No Clinical Analgesic Effect From Quadratus Lumborum Block for Total Hip Arthroplasty

Researchers investigated the efficacy of ultrasound-guided single-shot quadratus lumborum block for analgesia after total hip arthroplasty.

Ultrasound-guided single-shot quadratus lumborum block (QLB) did not lead to a significant analgesic effect in patients who received total hip arthroplasty (THA), according to research published in Pain Medicine.

Investigators from the All India Institute of Medical Sciences searched publication databases through April 2021 for studies of QLB analgesic in the THA setting. Pain-related outcomes and opioid consumption were assessed.

This review comprised 7 randomized controlled studies, 2 retrospective studies, and 1 controlled clinical study. There were 774 patients who underwent THA, 346 of whom received QLB and 428 of whom received no block, sham block, or other nerve block.

QLB was associated with significantly less pain (weighted mean difference [WMD], -0.62; 95% CI, -1.15 to -0.10; P =.02; I2, 75%). However, the reduction in the visual analog score at rest did not reach the minimal clinically important difference (<1.5 cm) on a 10 cm scale. Pain on movement was similar between patients who received QLB and control participants (WMD, -1.52; 95% CI, -3.34 to 0.30; P =.10; I2, 96%).

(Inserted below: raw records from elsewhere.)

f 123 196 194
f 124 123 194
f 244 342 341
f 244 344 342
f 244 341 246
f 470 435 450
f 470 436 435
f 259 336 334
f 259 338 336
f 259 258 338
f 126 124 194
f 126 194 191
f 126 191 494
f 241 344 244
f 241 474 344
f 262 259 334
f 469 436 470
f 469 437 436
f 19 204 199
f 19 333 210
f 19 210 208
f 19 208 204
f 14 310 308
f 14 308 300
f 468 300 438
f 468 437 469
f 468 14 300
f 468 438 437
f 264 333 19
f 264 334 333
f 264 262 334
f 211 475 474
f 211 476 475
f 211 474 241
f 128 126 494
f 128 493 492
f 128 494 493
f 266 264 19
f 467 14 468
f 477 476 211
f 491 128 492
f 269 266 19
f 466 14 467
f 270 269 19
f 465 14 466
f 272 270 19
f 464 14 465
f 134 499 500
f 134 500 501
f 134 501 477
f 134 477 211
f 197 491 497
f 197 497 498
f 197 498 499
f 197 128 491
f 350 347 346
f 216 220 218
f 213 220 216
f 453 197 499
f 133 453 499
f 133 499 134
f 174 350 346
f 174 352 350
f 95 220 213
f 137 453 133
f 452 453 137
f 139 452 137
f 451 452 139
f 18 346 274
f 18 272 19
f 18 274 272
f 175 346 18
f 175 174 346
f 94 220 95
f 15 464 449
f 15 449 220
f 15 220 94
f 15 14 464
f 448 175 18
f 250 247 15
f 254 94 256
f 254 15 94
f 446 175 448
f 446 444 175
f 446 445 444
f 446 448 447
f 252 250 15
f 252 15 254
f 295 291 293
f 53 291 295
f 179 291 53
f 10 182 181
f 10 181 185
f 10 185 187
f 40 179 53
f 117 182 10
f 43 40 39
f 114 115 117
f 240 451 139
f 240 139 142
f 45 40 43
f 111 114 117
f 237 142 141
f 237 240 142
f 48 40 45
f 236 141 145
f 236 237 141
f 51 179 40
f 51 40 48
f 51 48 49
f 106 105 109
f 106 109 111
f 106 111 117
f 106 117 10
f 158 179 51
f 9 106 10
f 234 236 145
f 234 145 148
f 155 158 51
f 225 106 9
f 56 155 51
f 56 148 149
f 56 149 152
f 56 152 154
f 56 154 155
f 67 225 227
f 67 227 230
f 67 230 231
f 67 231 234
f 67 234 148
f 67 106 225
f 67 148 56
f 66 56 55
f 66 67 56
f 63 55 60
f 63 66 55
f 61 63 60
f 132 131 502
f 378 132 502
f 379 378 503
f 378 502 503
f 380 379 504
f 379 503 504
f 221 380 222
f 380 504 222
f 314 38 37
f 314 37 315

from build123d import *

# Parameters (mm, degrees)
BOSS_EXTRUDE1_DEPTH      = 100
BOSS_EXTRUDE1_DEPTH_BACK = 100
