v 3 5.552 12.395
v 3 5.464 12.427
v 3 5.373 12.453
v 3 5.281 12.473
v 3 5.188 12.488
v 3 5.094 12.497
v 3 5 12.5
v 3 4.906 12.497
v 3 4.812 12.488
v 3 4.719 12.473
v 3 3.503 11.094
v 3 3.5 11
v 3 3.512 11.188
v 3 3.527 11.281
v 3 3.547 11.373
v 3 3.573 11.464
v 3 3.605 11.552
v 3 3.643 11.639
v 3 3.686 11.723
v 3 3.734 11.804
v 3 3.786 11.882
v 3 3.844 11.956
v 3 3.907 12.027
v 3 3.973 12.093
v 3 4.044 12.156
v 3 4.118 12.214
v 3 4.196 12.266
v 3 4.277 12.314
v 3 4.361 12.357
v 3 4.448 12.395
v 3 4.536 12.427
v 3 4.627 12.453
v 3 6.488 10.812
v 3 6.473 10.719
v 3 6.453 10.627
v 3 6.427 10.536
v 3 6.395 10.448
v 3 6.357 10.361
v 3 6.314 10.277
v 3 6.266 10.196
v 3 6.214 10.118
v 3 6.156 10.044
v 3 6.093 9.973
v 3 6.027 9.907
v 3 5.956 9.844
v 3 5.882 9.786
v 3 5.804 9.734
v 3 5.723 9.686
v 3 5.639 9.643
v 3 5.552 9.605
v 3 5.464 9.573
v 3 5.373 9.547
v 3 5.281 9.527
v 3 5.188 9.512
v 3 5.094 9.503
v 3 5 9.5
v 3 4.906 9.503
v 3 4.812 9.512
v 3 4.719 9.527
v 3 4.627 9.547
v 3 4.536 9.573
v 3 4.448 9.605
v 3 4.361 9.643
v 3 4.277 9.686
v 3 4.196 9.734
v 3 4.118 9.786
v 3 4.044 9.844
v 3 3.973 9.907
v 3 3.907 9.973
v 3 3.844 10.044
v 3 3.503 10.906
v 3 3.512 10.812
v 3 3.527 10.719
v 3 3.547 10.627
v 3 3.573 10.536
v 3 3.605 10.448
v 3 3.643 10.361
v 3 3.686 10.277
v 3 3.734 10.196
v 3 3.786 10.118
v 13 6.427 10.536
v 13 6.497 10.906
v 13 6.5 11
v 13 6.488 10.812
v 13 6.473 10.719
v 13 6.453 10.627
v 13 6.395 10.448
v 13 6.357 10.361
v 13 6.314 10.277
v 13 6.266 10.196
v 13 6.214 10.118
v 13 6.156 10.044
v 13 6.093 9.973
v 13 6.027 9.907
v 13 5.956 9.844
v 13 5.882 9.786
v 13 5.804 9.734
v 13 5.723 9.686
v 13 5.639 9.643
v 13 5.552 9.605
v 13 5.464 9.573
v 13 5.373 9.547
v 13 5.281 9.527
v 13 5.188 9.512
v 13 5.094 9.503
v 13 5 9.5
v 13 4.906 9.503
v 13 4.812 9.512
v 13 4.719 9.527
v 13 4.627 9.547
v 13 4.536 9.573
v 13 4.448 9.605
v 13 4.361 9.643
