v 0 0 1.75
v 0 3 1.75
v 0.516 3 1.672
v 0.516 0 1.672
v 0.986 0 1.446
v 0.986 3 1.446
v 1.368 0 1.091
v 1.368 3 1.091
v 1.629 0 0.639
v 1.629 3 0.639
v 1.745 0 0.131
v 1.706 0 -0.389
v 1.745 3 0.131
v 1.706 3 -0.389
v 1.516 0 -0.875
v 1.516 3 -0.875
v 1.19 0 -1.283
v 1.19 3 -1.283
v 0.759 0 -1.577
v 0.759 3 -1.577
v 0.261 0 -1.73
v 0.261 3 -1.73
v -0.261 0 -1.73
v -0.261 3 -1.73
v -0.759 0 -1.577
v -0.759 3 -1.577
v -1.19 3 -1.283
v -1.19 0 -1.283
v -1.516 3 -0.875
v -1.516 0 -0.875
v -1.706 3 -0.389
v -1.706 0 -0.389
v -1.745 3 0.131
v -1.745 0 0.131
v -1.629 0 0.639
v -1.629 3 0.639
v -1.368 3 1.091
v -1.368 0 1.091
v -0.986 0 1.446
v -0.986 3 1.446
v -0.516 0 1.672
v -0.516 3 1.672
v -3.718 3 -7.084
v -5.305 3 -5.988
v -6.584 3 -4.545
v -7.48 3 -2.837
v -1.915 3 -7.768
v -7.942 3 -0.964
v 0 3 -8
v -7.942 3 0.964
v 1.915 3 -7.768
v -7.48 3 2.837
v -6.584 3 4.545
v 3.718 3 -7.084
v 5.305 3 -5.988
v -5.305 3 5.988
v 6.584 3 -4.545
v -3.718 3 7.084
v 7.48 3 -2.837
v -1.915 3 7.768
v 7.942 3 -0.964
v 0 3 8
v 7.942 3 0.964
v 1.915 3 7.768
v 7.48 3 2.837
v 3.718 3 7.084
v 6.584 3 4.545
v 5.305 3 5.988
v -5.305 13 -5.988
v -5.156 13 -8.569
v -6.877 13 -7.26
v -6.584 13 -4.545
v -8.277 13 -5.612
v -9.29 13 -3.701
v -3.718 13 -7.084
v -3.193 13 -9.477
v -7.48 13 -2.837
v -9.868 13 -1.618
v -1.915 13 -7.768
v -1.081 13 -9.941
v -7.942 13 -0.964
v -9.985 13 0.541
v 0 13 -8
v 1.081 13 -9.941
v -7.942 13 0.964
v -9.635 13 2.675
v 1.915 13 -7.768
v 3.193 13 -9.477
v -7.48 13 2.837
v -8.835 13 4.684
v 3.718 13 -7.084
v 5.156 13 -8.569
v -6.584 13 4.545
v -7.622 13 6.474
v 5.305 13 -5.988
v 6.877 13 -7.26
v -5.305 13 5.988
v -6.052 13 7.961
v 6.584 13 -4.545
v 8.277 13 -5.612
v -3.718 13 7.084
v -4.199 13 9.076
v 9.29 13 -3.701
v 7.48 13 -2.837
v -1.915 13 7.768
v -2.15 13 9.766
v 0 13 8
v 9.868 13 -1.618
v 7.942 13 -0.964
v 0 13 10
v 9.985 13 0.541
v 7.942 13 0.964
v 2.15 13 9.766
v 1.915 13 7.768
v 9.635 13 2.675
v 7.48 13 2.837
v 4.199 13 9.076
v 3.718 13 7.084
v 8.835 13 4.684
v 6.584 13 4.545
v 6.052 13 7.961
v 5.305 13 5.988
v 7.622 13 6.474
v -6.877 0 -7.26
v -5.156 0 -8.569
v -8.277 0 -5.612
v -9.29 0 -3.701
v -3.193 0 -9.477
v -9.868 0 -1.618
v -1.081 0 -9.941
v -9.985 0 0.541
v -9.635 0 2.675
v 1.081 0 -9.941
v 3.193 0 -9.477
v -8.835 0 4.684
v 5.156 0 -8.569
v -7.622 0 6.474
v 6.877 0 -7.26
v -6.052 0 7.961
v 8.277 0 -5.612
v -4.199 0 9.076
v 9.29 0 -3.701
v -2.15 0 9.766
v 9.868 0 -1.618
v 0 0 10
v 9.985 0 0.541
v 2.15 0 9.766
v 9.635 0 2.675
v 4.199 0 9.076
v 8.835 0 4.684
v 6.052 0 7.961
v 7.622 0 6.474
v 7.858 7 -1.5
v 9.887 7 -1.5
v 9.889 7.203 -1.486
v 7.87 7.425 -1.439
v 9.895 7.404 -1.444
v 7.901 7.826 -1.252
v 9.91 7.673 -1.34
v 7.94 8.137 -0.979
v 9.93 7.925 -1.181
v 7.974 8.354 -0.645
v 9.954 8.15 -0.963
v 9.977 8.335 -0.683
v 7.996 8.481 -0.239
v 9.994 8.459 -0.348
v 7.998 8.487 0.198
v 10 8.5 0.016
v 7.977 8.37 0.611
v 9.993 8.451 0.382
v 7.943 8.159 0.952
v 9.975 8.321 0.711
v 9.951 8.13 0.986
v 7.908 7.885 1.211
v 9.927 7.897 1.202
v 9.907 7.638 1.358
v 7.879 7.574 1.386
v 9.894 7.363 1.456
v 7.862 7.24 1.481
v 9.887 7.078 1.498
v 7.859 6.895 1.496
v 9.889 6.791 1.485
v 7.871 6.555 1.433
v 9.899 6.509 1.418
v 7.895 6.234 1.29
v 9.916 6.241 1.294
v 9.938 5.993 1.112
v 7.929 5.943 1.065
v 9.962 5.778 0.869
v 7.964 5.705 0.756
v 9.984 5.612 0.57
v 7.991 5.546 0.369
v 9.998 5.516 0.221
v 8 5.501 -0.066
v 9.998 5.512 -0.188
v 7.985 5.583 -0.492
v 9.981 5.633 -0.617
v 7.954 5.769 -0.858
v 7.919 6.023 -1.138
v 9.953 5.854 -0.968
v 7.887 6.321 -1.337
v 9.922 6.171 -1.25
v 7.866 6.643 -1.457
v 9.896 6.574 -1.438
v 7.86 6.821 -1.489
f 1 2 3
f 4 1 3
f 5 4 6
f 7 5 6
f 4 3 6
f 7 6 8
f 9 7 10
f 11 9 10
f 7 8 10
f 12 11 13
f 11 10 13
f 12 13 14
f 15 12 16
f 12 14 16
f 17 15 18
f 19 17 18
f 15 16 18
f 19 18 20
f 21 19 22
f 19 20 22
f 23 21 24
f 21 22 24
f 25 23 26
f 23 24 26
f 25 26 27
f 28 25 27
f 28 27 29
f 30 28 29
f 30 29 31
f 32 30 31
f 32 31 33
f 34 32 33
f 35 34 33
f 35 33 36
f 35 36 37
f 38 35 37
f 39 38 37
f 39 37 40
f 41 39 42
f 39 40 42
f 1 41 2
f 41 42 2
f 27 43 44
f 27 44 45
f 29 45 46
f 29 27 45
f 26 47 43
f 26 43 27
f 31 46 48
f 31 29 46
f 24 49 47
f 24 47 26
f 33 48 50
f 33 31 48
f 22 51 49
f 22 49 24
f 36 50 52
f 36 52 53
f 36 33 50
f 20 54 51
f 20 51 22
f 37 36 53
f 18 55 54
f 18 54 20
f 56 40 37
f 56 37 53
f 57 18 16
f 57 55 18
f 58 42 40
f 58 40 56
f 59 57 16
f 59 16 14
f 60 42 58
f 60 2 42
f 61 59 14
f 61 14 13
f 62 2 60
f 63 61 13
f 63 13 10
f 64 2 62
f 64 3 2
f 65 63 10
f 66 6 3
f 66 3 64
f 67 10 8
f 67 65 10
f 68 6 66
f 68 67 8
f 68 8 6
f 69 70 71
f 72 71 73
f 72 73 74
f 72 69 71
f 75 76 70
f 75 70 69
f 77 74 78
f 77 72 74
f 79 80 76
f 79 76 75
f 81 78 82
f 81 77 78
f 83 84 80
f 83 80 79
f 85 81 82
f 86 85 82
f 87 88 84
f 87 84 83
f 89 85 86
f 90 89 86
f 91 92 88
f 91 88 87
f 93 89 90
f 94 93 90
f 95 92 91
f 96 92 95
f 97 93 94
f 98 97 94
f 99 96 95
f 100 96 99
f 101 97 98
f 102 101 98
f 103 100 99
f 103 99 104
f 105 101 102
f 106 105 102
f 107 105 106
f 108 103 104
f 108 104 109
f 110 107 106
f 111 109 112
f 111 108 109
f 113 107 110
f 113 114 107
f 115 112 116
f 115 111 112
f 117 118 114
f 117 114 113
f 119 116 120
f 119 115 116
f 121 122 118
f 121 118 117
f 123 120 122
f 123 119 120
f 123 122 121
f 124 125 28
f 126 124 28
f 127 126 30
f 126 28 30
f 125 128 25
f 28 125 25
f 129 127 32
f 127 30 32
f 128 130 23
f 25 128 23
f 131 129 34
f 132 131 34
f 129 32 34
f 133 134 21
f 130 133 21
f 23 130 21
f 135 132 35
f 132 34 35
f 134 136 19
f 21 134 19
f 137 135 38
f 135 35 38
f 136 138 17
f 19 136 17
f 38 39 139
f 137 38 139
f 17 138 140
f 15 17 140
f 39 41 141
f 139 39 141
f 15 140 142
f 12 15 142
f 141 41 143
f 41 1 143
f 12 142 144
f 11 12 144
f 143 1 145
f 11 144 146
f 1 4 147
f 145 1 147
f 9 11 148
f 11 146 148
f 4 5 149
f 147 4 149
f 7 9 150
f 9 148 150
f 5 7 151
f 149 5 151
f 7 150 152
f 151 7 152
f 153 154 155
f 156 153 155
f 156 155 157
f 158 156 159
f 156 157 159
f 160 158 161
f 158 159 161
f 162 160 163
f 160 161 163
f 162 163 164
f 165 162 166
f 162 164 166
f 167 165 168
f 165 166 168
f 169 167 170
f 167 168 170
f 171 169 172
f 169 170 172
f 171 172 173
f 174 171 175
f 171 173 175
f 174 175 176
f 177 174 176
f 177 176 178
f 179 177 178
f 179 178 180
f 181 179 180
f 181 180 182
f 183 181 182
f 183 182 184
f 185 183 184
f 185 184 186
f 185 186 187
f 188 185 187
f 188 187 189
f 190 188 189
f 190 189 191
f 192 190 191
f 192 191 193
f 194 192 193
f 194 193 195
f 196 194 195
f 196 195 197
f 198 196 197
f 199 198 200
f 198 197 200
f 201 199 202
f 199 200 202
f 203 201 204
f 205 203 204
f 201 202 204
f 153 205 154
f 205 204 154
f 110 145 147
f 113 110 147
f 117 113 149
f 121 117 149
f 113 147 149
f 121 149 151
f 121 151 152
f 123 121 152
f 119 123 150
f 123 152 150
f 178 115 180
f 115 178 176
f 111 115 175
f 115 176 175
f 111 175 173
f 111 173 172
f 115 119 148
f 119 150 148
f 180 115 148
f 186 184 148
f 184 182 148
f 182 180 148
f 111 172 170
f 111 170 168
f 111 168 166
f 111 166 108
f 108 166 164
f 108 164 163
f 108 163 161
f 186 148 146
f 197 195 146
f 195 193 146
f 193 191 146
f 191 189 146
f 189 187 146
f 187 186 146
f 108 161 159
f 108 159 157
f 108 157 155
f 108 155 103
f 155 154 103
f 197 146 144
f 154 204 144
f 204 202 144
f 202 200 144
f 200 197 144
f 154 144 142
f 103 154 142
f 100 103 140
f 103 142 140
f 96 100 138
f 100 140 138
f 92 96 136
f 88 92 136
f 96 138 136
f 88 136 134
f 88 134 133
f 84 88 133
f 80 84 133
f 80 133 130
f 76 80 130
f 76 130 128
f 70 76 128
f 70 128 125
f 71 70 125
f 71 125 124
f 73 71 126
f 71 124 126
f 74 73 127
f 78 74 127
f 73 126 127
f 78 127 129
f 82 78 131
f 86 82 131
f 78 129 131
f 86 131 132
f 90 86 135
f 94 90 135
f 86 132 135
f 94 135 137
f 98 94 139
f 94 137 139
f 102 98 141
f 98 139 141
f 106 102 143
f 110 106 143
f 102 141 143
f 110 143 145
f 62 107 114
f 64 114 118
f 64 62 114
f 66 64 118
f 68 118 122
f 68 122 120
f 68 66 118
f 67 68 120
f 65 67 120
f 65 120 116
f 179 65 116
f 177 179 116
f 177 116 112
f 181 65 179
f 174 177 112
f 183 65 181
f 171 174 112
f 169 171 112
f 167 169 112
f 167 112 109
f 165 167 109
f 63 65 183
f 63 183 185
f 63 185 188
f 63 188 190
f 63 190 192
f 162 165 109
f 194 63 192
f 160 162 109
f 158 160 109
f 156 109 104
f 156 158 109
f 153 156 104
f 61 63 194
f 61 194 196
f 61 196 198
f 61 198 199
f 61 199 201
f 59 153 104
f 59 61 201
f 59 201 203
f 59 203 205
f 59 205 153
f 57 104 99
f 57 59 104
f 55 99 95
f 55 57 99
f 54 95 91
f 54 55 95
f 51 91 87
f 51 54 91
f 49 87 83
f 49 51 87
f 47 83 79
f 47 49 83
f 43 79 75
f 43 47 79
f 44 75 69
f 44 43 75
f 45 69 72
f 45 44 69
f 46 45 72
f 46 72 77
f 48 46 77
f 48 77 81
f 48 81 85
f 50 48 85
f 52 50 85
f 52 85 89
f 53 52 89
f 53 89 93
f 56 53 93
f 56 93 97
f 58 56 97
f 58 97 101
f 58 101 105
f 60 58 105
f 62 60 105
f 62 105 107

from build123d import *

# Parameters (mm, degrees)
SKETCH1_R           = 10
BOSS_EXTRUDE1_DEPTH = 3
SKETCH2_R           = 1.75
CUT_EXTRUDE1_DEPTH  = 3
SKETCH3_R           = 10
SKETCH3_R_2         = 8
BOSS_EXTRUDE2_DEPTH = 10
SKETCH4_R           = 1.5
CUT_EXTRUDE2_DEPTH  = 5


with BuildPart() as part:
    # Sketch1 → Boss-Extrude1 (new body)
    with BuildSketch(Plane(origin=(0, 0, 0), x_dir=(1, 0, 0), z_dir=(0, 1, 0))):
        with Locations(Location((0, 0, 0), (0, 0, 270))):
            Circle(SKETCH1_R)
    extrude(amount=BOSS_EXTRUDE1_DEPTH)

    # Sketch2 → Cut-Extrude1 (cut)
    with BuildSketch(Plane(origin=(0, 3, 0), x_dir=(1, 0, 0), z_dir=(0, 1, 0))):
        with Locations(Location((0, 0, 0), (0, 0, 270))):
            Circle(SKETCH2_R)
    extrude(amount=-CUT_EXTRUDE1_DEPTH, mode=Mode.SUBTRACT)

    # Sketch3 → Boss-Extrude2 (add)
    with BuildSketch(Plane(origin=(0, 3, 0), x_dir=(1, 0, 0), z_dir=(0, 1, 0))):
        with Locations(Location((0, 0, 0), (0, 0, 270))):
            Circle(SKETCH3_R)
        with Locations(Location((0, 0, 0), (0, 0, 270))):
            Circle(SKETCH3_R_2, mode=Mode.SUBTRACT)
    extrude(amount=BOSS_EXTRUDE2_DEPTH)

    # Sketch4 → Cut-Extrude2 (cut)
    with BuildSketch(Plane(origin=(10, 0, 0), x_dir=(0, 0, -1), z_dir=(1, 0, 0))):
        with Locations((0, 7)):
            Circle(SKETCH4_R)
    extrude(amount=-CUT_EXTRUDE2_DEPTH, mode=Mode.SUBTRACT)


solid = part.part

Patients who received QLB did not consume less opioids than the control cohort (WMD, -4.09; 95% CI, -9.00 to 0.83; P =.10; I2, 95%). The time to first request for analgesia did not differ between groups (WMD, -0.24; 95% CI, -3.39 to 2.90; P =.88; I2, 52%).

There was evidence to support QLB for reducing postoperative nausea and vomiting (risk ratio [RR], 0.33; 95% CI, 0.20-0.56; P <.0001; I2, 0%).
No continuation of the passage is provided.